Skip to content

Parser Documentation

The Squiid Parser is a Rust implementation of a mathematical expression parser, with support for implicit multiplication and negative signs. The parser is based on the Shunting Yard algorithm, which is used to convert mathematical expressions written in infix notation to postfix notation. The parser takes in a vector of tokens and returns a vector of string references.

Functions

lib::parse

This function lexes and parses a given string automatically. You won't need to call any other internal methods when this is run, as all required operations will be performed.

lexer::lex

This function automatically lexes a given input string into a Result<Vec<Token>, String> using the logos crate. This is meant to be used internally however it may be used externally if needed. No parsing is done to the lexed string.

parser::shunting_yard_parser

This function takes a vector of Tokens and returns a vector of string references. It uses an implementation of the Shunting Yard algorithm to parse the expression. The function creates two stacks, output_queue and operator_stack, to keep track of the output and the operators in the expression. It also uses a HashMap to store the precedence of each operator. The function then iterates through each token in the input vector and performs different actions based on the type of the token.

parser::parse_subtract_sign

This function takes a mutable reference to a vector of Tokens and parses whether the token - is a negative sign or a minus operator. It does this by iterating through each token in the vector and checking if the token is -. If the token is -, the function checks whether it is a negative sign or a minus operator based on the position of the token in the expression. If the token is a negative sign, the function replaces it with a Token::Negative token in the vector. If the token is a minus operator, the function does not modify the vector.
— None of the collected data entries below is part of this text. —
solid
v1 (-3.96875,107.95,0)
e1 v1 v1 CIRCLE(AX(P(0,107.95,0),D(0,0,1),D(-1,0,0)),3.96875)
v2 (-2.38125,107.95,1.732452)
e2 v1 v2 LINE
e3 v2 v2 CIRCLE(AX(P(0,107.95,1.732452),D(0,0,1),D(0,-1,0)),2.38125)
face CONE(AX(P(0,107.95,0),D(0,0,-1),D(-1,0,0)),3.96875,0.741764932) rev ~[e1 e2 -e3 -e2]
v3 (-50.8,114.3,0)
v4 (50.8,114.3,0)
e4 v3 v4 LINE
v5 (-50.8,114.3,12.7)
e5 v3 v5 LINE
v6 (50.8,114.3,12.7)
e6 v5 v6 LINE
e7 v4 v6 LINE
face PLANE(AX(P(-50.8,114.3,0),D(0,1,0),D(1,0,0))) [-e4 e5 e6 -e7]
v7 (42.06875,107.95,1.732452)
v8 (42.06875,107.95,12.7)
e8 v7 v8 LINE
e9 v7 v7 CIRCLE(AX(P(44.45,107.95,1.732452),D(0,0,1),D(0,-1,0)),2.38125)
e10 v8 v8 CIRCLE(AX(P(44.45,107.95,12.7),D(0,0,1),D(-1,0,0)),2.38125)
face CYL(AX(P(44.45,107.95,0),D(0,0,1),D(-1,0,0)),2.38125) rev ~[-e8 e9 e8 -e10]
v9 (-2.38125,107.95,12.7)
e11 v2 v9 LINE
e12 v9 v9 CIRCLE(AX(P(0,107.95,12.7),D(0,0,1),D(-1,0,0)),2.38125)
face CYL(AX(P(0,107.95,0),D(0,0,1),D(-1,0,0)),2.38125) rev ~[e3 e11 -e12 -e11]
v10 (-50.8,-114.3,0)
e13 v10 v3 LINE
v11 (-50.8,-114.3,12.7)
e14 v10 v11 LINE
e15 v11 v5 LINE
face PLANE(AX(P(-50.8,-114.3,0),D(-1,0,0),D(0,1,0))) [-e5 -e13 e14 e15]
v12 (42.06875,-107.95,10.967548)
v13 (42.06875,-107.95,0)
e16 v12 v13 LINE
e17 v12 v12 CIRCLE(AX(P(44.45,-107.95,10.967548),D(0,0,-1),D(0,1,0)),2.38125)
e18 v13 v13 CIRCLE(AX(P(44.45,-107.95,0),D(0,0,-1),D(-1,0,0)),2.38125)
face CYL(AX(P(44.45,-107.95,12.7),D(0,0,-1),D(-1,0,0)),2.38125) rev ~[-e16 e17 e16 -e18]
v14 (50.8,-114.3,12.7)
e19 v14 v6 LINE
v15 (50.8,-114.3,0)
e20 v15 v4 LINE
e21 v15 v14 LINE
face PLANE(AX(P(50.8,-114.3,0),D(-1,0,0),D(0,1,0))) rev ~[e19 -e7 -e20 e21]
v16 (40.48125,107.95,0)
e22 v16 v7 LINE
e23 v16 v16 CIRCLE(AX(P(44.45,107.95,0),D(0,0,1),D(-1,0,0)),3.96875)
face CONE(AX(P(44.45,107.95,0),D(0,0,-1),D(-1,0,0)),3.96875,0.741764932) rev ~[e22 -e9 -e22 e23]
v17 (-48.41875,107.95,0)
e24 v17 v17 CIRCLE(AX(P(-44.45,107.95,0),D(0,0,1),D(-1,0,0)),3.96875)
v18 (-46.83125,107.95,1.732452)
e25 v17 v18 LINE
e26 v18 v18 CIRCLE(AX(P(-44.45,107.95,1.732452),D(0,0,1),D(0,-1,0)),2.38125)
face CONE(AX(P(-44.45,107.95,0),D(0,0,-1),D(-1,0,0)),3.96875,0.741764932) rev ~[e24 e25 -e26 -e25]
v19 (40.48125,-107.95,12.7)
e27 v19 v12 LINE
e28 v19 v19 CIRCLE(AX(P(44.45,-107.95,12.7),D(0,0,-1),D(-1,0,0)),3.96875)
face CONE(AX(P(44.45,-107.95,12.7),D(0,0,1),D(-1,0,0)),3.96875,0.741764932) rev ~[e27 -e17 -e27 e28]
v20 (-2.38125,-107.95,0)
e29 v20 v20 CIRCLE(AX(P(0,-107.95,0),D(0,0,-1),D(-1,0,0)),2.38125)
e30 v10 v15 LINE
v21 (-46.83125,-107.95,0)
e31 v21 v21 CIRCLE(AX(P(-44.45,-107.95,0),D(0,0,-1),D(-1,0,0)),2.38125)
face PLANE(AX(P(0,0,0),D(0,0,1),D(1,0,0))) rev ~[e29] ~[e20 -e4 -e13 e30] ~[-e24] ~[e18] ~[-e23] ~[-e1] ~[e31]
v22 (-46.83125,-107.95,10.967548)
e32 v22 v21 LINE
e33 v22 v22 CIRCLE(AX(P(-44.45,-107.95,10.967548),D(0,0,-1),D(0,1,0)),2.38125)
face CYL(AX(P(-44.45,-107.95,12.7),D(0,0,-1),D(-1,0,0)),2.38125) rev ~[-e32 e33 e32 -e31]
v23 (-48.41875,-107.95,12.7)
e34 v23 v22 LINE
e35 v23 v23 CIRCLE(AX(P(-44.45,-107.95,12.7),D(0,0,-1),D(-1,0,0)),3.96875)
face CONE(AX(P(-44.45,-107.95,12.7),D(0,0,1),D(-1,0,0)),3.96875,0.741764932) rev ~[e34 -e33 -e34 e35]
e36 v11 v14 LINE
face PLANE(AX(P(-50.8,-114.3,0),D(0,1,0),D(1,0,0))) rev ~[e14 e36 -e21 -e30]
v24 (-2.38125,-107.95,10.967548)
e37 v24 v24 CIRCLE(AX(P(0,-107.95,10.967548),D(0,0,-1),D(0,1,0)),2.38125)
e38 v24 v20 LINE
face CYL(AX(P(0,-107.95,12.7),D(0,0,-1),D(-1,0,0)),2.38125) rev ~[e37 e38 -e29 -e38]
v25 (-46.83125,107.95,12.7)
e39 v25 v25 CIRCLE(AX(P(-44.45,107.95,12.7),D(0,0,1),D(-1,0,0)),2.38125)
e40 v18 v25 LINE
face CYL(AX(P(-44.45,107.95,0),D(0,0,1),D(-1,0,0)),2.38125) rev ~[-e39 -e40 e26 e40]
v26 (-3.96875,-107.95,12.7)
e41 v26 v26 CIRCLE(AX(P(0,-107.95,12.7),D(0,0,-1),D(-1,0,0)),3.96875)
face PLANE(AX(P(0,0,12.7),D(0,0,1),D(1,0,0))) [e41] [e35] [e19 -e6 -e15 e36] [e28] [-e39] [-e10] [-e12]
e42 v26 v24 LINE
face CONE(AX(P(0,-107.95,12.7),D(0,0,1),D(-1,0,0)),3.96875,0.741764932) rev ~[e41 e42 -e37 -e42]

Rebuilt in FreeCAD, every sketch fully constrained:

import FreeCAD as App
import Part
import Sketcher
from FreeCAD import Vector
Q = App.Units.Quantity


def add_polygon(sketch, points):
    """Adds a closed chain of lines whose ends are joined by coincident constraints."""
    first, n = sketch.GeometryCount, len(points)
    for a, b in zip(points, points[1:] + points[:1]):
        sketch.addGeometry(Part.LineSegment(App.Vector(*a, 0), App.Vector(*b, 0)), False)
    for i in range(n):
        sketch.addConstraint(Sketcher.Constraint("Coincident", first + i, 2, first + (i + 1) % n, 1))

doc = App.newDocument("Part")
body = doc.addObject("PartDesign::Body", "Body")

sketch1 = body.newObject("Sketcher::SketchObject", "Sketch")
sketch1.AttachmentSupport = (doc.getObject("XY_Plane"), [""])
sketch1.MapMode = "FlatFace"
add_polygon(sketch1, [(-51, 114), (-51, -114), (51, -114), (51, 114)])
sketch1.addConstraint([
    Sketcher.Constraint("Vertical", 0),
    Sketcher.Constraint("Horizontal", 1),
    Sketcher.Constraint("Vertical", 2),
    Sketcher.Constraint("Horizontal", 3),
    Sketcher.Constraint("Symmetric", 0, 2, 2, 2, -1, 1),
    Sketcher.Constraint("DistanceX", 1, 1, 1, 2, Q("4 in")),
    Sketcher.Constraint("DistanceY", 0, 2, 0, 1, Q("9 in")),
])
pad1 = body.newObject("PartDesign::Pad", "Pad")
pad1.Profile = sketch1
pad1.Length = Q("0.5 in")

sketch2 = body.newObject("Sketcher::SketchObject", "Sketch001")
sketch2.AttachmentSupport = (doc.getObject("XY_Plane"), [""])
sketch2.MapMode = "FlatFace"
sketch2.AttachmentOffset = App.Placement(Vector(0, 0, 0.5 * 25.4), App.Rotation())
sketch2.addGeometry([
    Part.Circle(Vector(-44.5, -108, 0), Vector(0, 0, 1), 2.4),
    Part.Circle(Vector(0, -108, 0), Vector(0, 0, 1), 2.4),
    Part.Circle(Vector(44.5, -108, 0), Vector(0, 0, 1), 2.4),
], False)
sketch2.addConstraint([
    Sketcher.Constraint("Equal", 0, 1),
    Sketcher.Constraint("Equal", 1, 2),
    Sketcher.Constraint("Symmetric", 0, 3, 2, 3, -2),
    Sketcher.Constraint("PointOnObject", 1, 3, -2),
    Sketcher.Constraint("Horizontal", 0, 3, 1, 3),
    Sketcher.Constraint("Diameter", 0, Q("0.1875 in")),
    Sketcher.Constraint("DistanceX", 0, 3, 2, 3, Q("3.5 in")),
    Sketcher.Constraint("DistanceY", 0, 3, -1, 1, Q("4.25 in")),
])
doc.recompute()
hole = body.newObject("PartDesign::Hole", "Hole")
hole.Profile = sketch2
hole.ThreadType = "None"
hole.Diameter = Q("0.1875 in")
hole.DepthType = "ThroughAll"
hole.HoleCutType = "Countersink"
hole.HoleCutDiameter = Q("0.3125 in")
hole.HoleCutCountersinkAngle = 85

sketch3 = body.newObject("Sketcher::SketchObject", "Sketch002")
sketch3.AttachmentSupport = (doc.getObject("XY_Plane"), [""])
sketch3.MapMode = "FlatFace"
sketch3.addGeometry([
    Part.Circle(Vector(44.5, 108, 0), Vector(0, 0, 1), 2.4),
    Part.Circle(Vector(0, 108, 0), Vector(0, 0, 1), 2.4),
    Part.Circle(Vector(-44.5, 108, 0), Vector(0, 0, 1), 2.4),
], False)
sketch3.addConstraint([
    Sketcher.Constraint("Equal", 0, 1),
    Sketcher.Constraint("Equal", 1, 2),
    Sketcher.Constraint("Symmetric", 0, 3, 2, 3, -2),
    Sketcher.Constraint("PointOnObject", 1, 3, -2),
    Sketcher.Constraint("Horizontal", 0, 3, 1, 3),
    Sketcher.Constraint("Diameter", 0, Q("0.1875 in")),
    Sketcher.Constraint("DistanceX", 2, 3, 0, 3, Q("3.5 in")),
    Sketcher.Constraint("DistanceY", -1, 1, 0, 3, Q("4.25 in")),
])
doc.recompute()
hole2 = body.newObject("PartDesign::Hole", "Hole001")
hole2.Profile = sketch3
hole2.ThreadType = "None"
hole2.Diameter = Q("0.1875 in")
hole2.DepthType = "ThroughAll"
hole2.HoleCutType = "Countersink"
hole2.HoleCutDiameter = Q("0.3125 in")
hole2.HoleCutCountersinkAngle = 85
hole2.Reversed = True

doc.recompute()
parser::parse_implicit_multiplication

This function takes a mutable reference to a vector of Tokens and parses whether implicit multiplication is needed between two tokens. Implicit multiplication happens when two tokens are adjacent to each other and there is no operator between them. The function uses two constant arrays, LEFT_SIDE_IMPLICIT and RIGHT_SIDE_IMPLICIT, to determine whether implicit multiplication is needed. If a token in the left side array is followed by a token in the right side array, the function inserts a Token::Multiply token between them in the vector.

Exposed FFI Functions

parse_exposed

The parse_exposed function takes a null-terminated C string input and returns a pointer to an array of null-terminated C strings. The length of the array is stored in the outlen variable, which must be passed as a pointer

free_string_array

To free the memory allocated for the array of C strings returned by parse_exposed, use the free_string_array function, passing in the pointer to the array and the length of the array as arguments.

Example in C:

// Compiled with `gcc file.c -o file -L. -l:libsquiid_parser.so`
#include <stdio.h>
#include <stdlib.h>

// Define function signatures of Rust functions
extern char** parse_exposed(const char* input, int* outlen);
extern void free_string_array(char** ptr, int len);

int main() {
    // create the string to parse
    const char* input = "3+4*5";
    // array length buffer
    int outlen = 0;

    // call Rust function from shared object
    char** result = parse_exposed(input, &outlen);
    if (result == NULL) {
        printf("Parsing failed.\n");
        return 1;
    }

    // print tokens in order
    for (int i = 0; i < outlen; i++) {
        printf("%s\n", result[i]);
    }

    // free the allocated memory
    free_string_array(result, outlen);
    return 0;
}

A similar result can be achieved in other languages which allow you to interact with shared object libraries via the FFI, such as Python, Go, and many others.

Tokens

Each variant of the Token enum represents a type of token. Here is an explanation of each variant:

  • Function(&'a str): A function name followed by an opening parenthesis.
  • Comma(&'a str): A comma.
  • VariableAssign(&'a str): A variable identifier.
  • VariableRecal(&'a str): A variable identifier preceded by $.
  • Constant(&'a str): A constant identifier preceded by #.
  • ScientificNotation(&'a str): A number in scientific notation format.
  • Float(&'a str): A floating-point number.
  • Int(&'a str): An integer.
  • PrevAns(&'a str): The symbol @ representing the previous answer.
  • LParen(&'a str): An opening parenthesis.
  • RParen(&'a str): A closing parenthesis.
  • Equal(&'a str): The equals symbol.
  • Power(&'a str): The power symbol.
  • Multiply(&'a str): The multiplication symbol.
  • Divide(&'a str): The division symbol.
  • Modulo(&'a str): The modulo symbol.
  • Add(&'a str): The addition symbol.
  • Subtract(&'a str): The subtraction symbol. This can represent either unary or binary subtraction.
  • Negative(&'a str): This is not a valid token, but it is used for differentiation between minus and negative later on in parsing.

The PartialEq implementation ignores the content of the Token enum and only compares the variants.